The synthesis of vinylstannane 4 commenced with selective iodination of diol 11 (ref. 17) to give iodide 12 (82%), which was reacted with (vinyl)₂Cu(CN)Li₂ to deliver γ-hydroxy olefin 8 (92%, Scheme 2A). Mukaiyama cyclization of 8 (Co-I (10 mol%),¹⁸t-BuOOH (10 mol%), i-PrOH, 60 °C under O₂) afforded 2,5-trans-tetrahydrofuran 13 in 68% yield with greater than 20 : 1 diastereoselectivity. The relative configuration of 13 was confirmed by an NOE experiment as shown.
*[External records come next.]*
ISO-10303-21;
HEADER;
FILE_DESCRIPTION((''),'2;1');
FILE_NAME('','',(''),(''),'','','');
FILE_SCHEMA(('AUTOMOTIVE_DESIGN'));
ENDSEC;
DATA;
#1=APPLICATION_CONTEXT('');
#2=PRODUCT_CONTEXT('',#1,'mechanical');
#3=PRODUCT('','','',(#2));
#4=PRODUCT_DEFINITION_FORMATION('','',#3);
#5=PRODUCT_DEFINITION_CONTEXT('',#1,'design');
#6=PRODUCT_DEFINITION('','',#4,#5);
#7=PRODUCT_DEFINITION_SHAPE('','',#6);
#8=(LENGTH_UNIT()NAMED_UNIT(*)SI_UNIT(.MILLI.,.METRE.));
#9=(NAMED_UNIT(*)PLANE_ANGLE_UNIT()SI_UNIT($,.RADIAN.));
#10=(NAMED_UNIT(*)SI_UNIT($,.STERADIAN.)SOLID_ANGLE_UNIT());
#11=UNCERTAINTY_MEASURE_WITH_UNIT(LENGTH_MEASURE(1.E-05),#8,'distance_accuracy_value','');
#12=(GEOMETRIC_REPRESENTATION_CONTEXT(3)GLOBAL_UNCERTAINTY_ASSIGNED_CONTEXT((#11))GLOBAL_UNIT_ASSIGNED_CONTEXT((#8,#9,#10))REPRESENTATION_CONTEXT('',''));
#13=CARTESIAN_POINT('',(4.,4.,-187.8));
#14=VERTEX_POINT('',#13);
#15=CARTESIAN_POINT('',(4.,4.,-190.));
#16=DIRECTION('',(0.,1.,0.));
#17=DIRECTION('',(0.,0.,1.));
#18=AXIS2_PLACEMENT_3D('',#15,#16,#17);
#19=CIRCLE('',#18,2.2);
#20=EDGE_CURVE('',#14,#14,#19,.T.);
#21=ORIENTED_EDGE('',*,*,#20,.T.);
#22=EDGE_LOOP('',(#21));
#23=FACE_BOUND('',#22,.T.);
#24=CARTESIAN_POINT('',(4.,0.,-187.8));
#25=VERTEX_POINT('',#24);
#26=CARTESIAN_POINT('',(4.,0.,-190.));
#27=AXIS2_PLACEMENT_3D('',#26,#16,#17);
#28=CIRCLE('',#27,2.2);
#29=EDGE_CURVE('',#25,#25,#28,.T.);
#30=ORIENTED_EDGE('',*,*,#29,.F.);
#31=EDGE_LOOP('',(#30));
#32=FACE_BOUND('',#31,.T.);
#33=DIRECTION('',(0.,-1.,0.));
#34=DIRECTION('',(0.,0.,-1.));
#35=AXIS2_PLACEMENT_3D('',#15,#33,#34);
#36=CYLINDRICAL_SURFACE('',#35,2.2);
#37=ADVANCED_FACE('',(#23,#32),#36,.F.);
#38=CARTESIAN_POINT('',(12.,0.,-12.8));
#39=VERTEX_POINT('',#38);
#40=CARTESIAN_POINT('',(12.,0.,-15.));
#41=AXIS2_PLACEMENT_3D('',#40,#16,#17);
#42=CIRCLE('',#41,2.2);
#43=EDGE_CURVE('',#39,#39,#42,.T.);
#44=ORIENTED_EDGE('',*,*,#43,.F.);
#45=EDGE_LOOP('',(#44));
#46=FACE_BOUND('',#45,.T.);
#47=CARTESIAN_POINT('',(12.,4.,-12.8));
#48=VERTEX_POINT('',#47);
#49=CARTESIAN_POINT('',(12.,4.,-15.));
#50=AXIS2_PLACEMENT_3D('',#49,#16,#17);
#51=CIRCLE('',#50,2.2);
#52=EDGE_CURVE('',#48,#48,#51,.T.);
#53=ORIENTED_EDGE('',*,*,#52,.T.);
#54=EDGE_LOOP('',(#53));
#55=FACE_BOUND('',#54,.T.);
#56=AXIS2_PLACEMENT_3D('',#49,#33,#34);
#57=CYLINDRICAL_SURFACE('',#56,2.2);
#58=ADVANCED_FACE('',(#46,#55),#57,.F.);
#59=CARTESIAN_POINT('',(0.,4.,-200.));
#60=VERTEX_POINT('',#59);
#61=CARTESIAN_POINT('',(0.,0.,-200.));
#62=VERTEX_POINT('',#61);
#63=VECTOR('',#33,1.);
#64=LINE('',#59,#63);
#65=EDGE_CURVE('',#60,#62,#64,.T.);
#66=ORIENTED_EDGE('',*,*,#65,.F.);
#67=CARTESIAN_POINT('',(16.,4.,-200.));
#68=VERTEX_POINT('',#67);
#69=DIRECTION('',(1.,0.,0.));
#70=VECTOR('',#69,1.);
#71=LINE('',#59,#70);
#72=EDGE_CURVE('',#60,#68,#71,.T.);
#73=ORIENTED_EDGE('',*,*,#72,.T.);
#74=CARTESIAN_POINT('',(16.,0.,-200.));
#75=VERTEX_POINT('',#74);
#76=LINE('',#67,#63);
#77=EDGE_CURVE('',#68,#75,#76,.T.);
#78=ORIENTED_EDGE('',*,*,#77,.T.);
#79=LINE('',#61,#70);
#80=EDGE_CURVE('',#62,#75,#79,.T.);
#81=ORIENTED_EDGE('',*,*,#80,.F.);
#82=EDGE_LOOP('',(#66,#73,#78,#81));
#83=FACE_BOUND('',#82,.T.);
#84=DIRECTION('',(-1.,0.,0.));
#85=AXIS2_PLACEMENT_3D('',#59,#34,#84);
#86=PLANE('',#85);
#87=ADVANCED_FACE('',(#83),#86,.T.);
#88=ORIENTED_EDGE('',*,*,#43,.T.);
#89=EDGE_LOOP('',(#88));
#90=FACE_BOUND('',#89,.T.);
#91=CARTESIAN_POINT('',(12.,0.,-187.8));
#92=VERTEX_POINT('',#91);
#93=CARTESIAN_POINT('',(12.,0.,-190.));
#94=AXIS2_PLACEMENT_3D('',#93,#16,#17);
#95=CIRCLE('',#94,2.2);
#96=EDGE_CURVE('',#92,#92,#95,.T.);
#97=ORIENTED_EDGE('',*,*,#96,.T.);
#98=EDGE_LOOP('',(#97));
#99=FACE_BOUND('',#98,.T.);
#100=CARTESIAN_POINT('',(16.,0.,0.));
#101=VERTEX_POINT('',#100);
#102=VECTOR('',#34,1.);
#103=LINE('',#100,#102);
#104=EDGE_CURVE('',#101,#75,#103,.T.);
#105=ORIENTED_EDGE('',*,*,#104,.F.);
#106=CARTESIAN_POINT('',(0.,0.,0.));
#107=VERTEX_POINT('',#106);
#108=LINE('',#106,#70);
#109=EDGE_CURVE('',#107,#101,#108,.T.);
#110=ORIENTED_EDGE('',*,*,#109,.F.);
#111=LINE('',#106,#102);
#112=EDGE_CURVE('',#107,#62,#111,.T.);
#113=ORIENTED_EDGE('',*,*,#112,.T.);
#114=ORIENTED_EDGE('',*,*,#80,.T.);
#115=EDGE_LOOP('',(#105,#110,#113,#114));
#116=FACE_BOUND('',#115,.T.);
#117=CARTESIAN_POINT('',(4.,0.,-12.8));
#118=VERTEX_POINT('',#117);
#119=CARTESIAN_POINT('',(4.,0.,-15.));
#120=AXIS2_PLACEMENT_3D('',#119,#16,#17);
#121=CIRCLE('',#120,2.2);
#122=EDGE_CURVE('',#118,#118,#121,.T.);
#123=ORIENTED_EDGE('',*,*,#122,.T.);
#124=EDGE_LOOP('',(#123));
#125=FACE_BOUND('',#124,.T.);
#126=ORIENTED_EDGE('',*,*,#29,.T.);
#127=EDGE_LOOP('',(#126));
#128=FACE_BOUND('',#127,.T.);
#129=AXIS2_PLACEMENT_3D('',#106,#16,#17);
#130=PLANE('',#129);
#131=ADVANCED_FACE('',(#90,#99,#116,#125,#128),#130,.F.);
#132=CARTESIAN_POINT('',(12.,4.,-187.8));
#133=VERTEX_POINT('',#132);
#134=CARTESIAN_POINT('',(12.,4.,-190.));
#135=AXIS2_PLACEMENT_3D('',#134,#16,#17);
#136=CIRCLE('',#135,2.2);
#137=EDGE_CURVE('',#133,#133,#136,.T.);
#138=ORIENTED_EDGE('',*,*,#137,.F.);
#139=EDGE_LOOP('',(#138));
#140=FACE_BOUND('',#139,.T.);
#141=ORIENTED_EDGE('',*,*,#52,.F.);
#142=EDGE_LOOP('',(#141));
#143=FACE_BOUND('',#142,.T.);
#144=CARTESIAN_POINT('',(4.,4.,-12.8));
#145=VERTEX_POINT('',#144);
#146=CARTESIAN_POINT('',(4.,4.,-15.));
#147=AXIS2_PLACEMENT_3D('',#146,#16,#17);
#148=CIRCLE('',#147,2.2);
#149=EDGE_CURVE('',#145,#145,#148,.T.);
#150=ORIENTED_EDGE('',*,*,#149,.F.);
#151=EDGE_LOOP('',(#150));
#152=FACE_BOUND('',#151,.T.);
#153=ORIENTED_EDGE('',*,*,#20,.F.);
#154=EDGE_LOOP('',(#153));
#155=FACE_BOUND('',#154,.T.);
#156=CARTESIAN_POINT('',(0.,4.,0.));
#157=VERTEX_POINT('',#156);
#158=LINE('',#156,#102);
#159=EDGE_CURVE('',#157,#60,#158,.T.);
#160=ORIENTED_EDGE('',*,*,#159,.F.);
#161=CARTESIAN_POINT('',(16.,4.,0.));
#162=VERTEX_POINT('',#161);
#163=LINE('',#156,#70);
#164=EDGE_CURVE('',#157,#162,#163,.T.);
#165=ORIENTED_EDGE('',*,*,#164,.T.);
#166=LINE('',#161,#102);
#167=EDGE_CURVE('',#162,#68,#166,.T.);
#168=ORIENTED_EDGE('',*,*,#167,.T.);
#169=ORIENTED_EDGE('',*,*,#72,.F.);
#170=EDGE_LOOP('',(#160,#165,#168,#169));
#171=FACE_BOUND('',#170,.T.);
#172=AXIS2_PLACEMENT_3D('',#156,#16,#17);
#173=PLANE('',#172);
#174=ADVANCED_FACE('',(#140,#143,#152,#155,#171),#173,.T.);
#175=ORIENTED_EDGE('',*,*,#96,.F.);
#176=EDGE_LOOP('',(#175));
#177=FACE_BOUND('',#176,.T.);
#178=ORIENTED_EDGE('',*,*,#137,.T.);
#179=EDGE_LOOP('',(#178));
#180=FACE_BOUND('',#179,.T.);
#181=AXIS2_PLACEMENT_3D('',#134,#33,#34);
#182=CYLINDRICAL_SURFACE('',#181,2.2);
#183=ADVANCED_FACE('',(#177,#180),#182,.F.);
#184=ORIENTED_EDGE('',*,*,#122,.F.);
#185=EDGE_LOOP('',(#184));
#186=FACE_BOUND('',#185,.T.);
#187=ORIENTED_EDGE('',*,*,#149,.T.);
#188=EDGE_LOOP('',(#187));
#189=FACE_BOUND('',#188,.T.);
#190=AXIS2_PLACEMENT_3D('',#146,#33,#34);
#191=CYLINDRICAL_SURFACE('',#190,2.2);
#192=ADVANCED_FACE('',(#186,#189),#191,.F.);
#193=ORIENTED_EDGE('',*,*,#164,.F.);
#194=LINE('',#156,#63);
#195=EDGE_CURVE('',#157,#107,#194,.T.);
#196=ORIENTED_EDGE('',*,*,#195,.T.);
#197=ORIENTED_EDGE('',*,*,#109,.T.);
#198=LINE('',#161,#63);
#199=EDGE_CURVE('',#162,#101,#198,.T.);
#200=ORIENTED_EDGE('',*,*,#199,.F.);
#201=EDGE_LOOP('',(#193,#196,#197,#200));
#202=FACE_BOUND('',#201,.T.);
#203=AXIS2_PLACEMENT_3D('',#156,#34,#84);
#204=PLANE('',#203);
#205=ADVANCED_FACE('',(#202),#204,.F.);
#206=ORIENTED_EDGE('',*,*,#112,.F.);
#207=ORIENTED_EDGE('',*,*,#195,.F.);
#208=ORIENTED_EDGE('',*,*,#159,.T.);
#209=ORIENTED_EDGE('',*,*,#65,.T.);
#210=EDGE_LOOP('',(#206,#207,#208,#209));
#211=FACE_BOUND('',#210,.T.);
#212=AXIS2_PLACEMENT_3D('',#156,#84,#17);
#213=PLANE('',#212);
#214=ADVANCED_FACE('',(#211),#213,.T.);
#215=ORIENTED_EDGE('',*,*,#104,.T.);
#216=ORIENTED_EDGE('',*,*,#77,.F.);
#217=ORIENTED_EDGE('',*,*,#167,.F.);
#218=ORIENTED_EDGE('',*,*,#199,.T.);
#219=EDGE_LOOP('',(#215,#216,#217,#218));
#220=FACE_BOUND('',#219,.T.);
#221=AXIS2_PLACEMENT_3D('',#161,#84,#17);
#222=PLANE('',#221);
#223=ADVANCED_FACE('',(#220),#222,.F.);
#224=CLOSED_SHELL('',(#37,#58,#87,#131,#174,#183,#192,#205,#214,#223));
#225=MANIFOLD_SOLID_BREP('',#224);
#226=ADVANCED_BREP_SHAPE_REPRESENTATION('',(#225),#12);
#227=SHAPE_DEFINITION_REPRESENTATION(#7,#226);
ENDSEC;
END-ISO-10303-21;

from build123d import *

# Parameters (mm, degrees)
SKETCH_1_W      = 16
SKETCH_1_H      = 200
SKETCH_1_R      = 2.2
EXTRUDE_1_DEPTH = 4


with BuildPart() as part:
    # 草图1 → 凸台-拉伸1 (new body)
    with BuildSketch(Plane(origin=(0, 0, 0), x_dir=(1, 0, 0), z_dir=(0, 1, 0))):
        with Locations((8, 100)):
            Rectangle(SKETCH_1_W, SKETCH_1_H)
        with Locations(Location((12, 190, 0), (0, 0, 270))):
            Circle(SKETCH_1_R, mode=Mode.SUBTRACT)
        with Locations(Location((4, 190, 0), (0, 0, 270))):
            Circle(SKETCH_1_R, mode=Mode.SUBTRACT)
        with Locations(Location((4, 15, 0), (0, 0, 270))):
            Circle(SKETCH_1_R, mode=Mode.SUBTRACT)
        with Locations(Location((12, 15, 0), (0, 0, 270))):
            Circle(SKETCH_1_R, mode=Mode.SUBTRACT)
    extrude(amount=EXTRUDE_1_DEPTH)


solid = part.part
Silylation of 13 with TBDPSCl/imidazole (94%) and debenzylation with lithium naphthalenide¹⁹ gave alcohol 14 (95%), which was subjected to an oxidation/methylenation sequence (Dess–Martin periodinane (DMP), CH₂Cl₂; then Zn, Ti(Oi-Pr)₄, PbCl₂, CH₂I₂, THF)²⁰ to deliver olefin 6 (92%) without isolation of the intermediate aldehyde.²¹ The TPAP oxidation/Wittig methylenation protocol reported by Ley et al.²² was less effective in this case presumably because of the sensitivity of the intermediate aldehyde toward basic conditions. Meanwhile, the coupling partner olefin 7 was synthesized from γ-hydroxy olefin 9.²³ Mukaiyama cyclization of 9 (Co-I (10 mol%), t-BuOOH (10 mol%), i-PrOH, 60 °C under O₂) afforded 2,5-trans-tetrahydrofuran 15 in 61% yield as a single diastereoisomer (d.r. >20 : 1). Acetylation (85%) followed by removal of the PMB group²⁴ delivered olefin 7 (91%). Removal of the PMB group at this stage was crucial for the success of subsequent olefin cross-metathesis reaction. Olefin cross-metathesis of 6 and 7 was most efficiently achieved by the action of Ru-I (5 mol%)²⁵ in dichloromethane under reflux to provide olefin 16 in 84% yield with E/Z 5 : 1 selectivity. These E/Z isomers were readily separable by flash column chromatography using silica gel. This fragment-assembly olefin cross-metathesis required extensive screening of ruthenium catalysts and reaction conditions (Tables S1 and S2, ESI†).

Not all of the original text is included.